## Aim of the exercise
Reproduce, please, only the lines from the first line below to the line containing "v 3.595 2.522 -3.5", inclusive.

══ Extracted material

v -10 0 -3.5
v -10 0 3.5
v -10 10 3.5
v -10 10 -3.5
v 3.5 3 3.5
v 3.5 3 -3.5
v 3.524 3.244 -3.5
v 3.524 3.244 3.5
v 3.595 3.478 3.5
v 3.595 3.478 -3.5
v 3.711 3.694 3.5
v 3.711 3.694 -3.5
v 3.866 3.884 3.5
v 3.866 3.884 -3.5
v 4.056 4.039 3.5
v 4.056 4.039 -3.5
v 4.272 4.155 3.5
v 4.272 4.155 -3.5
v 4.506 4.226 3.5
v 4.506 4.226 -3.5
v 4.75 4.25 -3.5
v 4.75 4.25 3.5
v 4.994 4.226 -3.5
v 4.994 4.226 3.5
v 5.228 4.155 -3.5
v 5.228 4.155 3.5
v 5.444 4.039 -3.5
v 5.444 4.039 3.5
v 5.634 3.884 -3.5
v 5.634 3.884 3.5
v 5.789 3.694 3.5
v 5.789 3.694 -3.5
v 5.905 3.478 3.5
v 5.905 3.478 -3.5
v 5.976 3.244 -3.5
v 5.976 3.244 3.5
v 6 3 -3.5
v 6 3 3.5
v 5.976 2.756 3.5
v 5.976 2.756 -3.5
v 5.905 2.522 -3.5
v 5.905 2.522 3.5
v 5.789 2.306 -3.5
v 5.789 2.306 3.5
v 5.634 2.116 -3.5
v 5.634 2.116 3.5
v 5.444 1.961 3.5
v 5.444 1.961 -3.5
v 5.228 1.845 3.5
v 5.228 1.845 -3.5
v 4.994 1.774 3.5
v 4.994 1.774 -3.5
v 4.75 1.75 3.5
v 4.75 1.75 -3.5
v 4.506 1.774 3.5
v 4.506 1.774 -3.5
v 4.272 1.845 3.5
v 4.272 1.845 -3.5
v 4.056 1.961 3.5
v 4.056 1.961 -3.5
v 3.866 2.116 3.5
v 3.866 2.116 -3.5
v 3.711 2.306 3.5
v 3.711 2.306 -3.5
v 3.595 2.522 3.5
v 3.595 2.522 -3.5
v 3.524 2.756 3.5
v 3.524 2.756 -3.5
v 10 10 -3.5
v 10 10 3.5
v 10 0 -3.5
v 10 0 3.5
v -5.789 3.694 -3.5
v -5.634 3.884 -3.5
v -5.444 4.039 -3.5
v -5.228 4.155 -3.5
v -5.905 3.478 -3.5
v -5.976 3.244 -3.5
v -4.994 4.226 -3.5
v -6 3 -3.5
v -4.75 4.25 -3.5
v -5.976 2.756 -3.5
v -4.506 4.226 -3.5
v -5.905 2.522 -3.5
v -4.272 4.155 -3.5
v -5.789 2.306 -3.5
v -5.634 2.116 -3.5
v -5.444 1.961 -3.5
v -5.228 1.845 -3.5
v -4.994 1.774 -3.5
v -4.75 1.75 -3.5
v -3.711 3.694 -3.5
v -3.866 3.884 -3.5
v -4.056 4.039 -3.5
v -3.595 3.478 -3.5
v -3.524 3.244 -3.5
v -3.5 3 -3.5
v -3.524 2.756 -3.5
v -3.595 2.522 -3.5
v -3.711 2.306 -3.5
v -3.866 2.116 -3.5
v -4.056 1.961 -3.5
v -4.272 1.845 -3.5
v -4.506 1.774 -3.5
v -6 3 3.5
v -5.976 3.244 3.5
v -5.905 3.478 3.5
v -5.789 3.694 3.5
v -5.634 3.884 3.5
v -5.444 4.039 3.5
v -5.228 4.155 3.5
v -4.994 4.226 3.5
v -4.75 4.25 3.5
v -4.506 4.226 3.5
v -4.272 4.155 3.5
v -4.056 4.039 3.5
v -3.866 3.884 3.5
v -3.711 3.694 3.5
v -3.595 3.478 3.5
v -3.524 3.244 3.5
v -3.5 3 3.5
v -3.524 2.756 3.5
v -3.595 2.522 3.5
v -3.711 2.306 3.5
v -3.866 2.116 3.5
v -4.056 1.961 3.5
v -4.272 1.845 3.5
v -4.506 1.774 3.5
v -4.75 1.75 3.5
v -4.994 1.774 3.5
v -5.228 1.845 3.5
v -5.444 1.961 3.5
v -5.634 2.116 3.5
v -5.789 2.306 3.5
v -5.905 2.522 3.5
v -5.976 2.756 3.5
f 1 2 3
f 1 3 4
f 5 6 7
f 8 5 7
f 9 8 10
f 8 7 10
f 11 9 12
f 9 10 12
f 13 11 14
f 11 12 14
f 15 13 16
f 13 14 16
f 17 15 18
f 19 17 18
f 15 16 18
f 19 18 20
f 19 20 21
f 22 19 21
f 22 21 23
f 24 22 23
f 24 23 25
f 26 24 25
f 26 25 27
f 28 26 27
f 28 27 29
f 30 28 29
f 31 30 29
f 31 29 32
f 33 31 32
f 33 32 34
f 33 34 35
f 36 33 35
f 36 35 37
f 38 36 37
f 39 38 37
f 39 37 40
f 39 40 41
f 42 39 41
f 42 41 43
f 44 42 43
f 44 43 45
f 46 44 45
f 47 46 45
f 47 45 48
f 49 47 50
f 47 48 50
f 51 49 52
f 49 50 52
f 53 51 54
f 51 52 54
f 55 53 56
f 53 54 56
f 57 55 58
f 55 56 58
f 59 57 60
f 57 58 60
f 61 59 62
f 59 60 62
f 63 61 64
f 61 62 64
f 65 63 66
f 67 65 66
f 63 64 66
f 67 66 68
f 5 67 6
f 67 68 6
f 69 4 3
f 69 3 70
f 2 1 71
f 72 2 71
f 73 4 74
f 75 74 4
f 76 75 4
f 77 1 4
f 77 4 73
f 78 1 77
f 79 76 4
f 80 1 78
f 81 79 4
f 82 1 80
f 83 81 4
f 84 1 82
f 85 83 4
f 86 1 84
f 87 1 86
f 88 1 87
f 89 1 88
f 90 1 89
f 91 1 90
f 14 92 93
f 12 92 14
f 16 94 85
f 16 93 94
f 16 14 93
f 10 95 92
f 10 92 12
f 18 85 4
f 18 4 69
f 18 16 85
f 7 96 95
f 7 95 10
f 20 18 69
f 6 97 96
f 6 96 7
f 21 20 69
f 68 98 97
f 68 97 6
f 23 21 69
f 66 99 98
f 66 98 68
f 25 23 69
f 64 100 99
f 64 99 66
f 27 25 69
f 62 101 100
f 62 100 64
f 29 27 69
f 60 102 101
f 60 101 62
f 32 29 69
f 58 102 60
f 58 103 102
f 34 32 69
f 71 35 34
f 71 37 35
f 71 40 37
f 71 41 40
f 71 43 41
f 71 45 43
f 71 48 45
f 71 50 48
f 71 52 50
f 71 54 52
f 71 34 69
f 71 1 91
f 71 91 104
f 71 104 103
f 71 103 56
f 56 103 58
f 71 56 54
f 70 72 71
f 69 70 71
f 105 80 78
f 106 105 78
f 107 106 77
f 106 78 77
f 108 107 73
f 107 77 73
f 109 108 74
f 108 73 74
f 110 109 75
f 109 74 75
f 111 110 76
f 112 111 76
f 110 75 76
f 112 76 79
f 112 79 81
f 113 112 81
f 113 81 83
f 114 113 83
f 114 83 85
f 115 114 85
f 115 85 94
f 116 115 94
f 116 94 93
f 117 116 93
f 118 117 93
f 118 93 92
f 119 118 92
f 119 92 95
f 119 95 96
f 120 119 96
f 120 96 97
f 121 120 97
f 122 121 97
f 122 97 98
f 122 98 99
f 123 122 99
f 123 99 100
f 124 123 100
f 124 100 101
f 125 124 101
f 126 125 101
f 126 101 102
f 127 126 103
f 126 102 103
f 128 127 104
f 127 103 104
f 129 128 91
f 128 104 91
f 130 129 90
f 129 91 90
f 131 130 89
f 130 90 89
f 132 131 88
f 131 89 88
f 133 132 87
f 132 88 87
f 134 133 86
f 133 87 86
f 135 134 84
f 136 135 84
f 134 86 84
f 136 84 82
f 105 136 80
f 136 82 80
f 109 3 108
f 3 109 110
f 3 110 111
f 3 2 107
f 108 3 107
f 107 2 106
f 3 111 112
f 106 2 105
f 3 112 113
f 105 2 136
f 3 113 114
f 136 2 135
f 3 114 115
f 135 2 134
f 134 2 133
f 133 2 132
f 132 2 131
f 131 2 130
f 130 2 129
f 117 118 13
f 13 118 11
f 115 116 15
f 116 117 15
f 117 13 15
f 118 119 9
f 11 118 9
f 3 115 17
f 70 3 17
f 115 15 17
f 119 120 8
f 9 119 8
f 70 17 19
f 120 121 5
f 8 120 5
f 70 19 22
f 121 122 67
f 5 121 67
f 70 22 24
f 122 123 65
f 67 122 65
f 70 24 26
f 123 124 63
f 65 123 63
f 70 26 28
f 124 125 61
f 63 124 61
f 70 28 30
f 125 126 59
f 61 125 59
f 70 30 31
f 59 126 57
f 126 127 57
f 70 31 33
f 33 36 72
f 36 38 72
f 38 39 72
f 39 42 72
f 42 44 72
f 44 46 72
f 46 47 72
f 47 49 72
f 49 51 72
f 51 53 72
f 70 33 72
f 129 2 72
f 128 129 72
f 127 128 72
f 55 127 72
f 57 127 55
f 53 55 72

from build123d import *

# Parameters (mm, degrees)
CROQUIS1_W              = 20
CROQUIS1_H              = 7
SALIENTE_EXTRUIR1_DEPTH = 10
TALADRO1_D              = 2.5


with BuildPart() as part:
    # Croquis1 → Saliente-Extruir1 (new body)
    with BuildSketch(Plane(origin=(0, 0, 0), x_dir=(1, 0, 0), z_dir=(0, 1, 0))):
        Rectangle(CROQUIS1_W, CROQUIS1_H)
    extrude(amount=SALIENTE_EXTRUIR1_DEPTH)

    # Taladro1 (through all)
    with Locations(Plane.XY.offset(3.5)):
        with Locations((-4.75, 3), (4.75, 3)):
            Hole(TALADRO1_D / 2)


solid = part.part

════

## Result of the exercise
v -10 0 -3.5
v -10 0 3.5
v -10 10 3.5
v -10 10 -3.5
v 3.5 3 3.5
v 3.5 3 -3.5
v 3.524 3.244 -3.5
v 3.524 3.244 3.5
v 3.595 3.478 3.5
v 3.595 3.478 -3.5
v 3.711 3.694 3.5
v 3.711 3.694 -3.5
v 3.866 3.884 3.5
v 3.866 3.884 -3.5
v 4.056 4.039 3.5
v 4.056 4.039 -3.5
v 4.272 4.155 3.5
v 4.272 4.155 -3.5
v 4.506 4.226 3.5
v 4.506 4.226 -3.5
v 4.75 4.25 -3.5
v 4.75 4.25 3.5
v 4.994 4.226 -3.5
v 4.994 4.226 3.5
v 5.228 4.155 -3.5
v 5.228 4.155 3.5
v 5.444 4.039 -3.5
v 5.444 4.039 3.5
v 5.634 3.884 -3.5
v 5.634 3.884 3.5
v 5.789 3.694 3.5
v 5.789 3.694 -3.5
v 5.905 3.478 3.5
v 5.905 3.478 -3.5
v 5.976 3.244 -3.5
v 5.976 3.244 3.5
v 6 3 -3.5
v 6 3 3.5
v 5.976 2.756 3.5
v 5.976 2.756 -3.5
v 5.905 2.522 -3.5
v 5.905 2.522 3.5
v 5.789 2.306 -3.5
v 5.789 2.306 3.5
v 5.634 2.116 -3.5
v 5.634 2.116 3.5
v 5.444 1.961 3.5
v 5.444 1.961 -3.5
v 5.228 1.845 3.5
v 5.228 1.845 -3.5
v 4.994 1.774 3.5
v 4.994 1.774 -3.5
v 4.75 1.75 3.5
v 4.75 1.75 -3.5
v 4.506 1.774 3.5
v 4.506 1.774 -3.5
v 4.272 1.845 3.5
v 4.272 1.845 -3.5
v 4.056 1.961 3.5
v 4.056 1.961 -3.5
v 3.866 2.116 3.5
v 3.866 2.116 -3.5
v 3.711 2.306 3.5
v 3.711 2.306 -3.5
v 3.595 2.522 3.5
v 3.595 2.522 -3.5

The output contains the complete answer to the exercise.